Sajal Saha of Department of Computer Science, University of Northern British Columbia

Topic:

Advancing Cyber Defense Systems through Machine Learning, Deep Learning, and Large Language Models

As cyber-attacks grow increasingly sophisticated and large-scale, they present escalating challenges to the security of modern networked systems. This presentation reviews recent advances in cyber-attack detection through machine learning and deep learning, examining their capabilities as well as their current limitations. I will share my recent research on integrating forecasting, anomaly detection, explainable AI, and large language models (LLMs) to develop intelligent and autonomous mitigation frameworks. The talk will conclude by outlining future directions for next-generation cyber defense, with a focus on explainability, privacy-preserving techniques, and adaptive response mechanisms.

Biography:

Dr. Sajal Saha (Senior Member, IEEE) is an Assistant Professor of Computer Science at the University of Northern British Columbia (UNBC), Canada, and Founder of the INFORM Lab. He received the Ph.D. degree in Computer Science from Western University, Canada, where he was nominated for the Governor General’s Gold Medal, and the M.Sc. degree in Computer Science from Brock University, Canada, where he was recognized as a Distinguished Graduate.

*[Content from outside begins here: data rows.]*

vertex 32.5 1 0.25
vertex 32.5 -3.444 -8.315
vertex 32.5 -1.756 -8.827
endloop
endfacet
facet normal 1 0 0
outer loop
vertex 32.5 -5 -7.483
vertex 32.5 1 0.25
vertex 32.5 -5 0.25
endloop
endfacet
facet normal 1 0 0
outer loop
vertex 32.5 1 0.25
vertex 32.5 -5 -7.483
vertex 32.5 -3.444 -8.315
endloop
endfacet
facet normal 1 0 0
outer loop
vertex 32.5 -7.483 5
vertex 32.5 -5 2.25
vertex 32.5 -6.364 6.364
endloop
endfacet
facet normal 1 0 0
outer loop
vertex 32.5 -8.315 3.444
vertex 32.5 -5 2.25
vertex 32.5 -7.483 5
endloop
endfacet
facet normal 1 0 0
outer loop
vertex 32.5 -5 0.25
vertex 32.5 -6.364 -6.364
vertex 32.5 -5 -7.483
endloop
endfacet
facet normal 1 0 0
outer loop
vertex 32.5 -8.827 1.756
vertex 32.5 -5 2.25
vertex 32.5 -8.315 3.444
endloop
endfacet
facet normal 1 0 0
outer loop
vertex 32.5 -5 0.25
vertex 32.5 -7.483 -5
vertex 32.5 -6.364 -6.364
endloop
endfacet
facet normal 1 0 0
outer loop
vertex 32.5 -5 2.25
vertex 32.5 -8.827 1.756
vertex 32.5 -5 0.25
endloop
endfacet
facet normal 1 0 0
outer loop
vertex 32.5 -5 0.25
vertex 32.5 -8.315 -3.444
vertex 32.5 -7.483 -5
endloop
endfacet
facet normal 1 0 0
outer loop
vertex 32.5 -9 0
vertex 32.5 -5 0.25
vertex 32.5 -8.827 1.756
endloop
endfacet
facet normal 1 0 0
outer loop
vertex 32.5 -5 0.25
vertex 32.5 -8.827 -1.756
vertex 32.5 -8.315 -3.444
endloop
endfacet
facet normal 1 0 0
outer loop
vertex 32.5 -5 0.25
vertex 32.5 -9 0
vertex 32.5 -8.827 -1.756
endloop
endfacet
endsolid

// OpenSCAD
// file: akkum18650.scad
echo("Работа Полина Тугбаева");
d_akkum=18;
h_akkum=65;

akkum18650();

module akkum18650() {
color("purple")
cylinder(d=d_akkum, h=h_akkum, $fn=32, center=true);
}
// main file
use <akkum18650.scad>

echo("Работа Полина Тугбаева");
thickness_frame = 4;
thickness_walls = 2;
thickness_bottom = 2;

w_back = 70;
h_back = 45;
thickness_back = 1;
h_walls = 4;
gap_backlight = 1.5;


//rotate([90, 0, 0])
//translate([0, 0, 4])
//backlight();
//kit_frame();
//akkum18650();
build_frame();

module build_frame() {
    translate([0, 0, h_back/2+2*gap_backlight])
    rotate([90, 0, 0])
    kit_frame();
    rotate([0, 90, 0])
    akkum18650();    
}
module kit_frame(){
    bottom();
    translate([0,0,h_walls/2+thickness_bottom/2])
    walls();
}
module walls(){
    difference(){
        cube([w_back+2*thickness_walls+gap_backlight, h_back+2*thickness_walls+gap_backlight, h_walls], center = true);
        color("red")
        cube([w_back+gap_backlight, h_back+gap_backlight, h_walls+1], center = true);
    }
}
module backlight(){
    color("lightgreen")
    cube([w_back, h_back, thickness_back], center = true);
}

His research focuses on Internet traffic analysis, cyber-attack detection and mitigation, privacy-preserving and federated learning, and quantum-secure AI systems. Dr. Saha has authored numerous peer-reviewed publications, and his work has been supported through national and institutional research grants. He also serves as a reviewer and technical program committee member for international journals and conferences.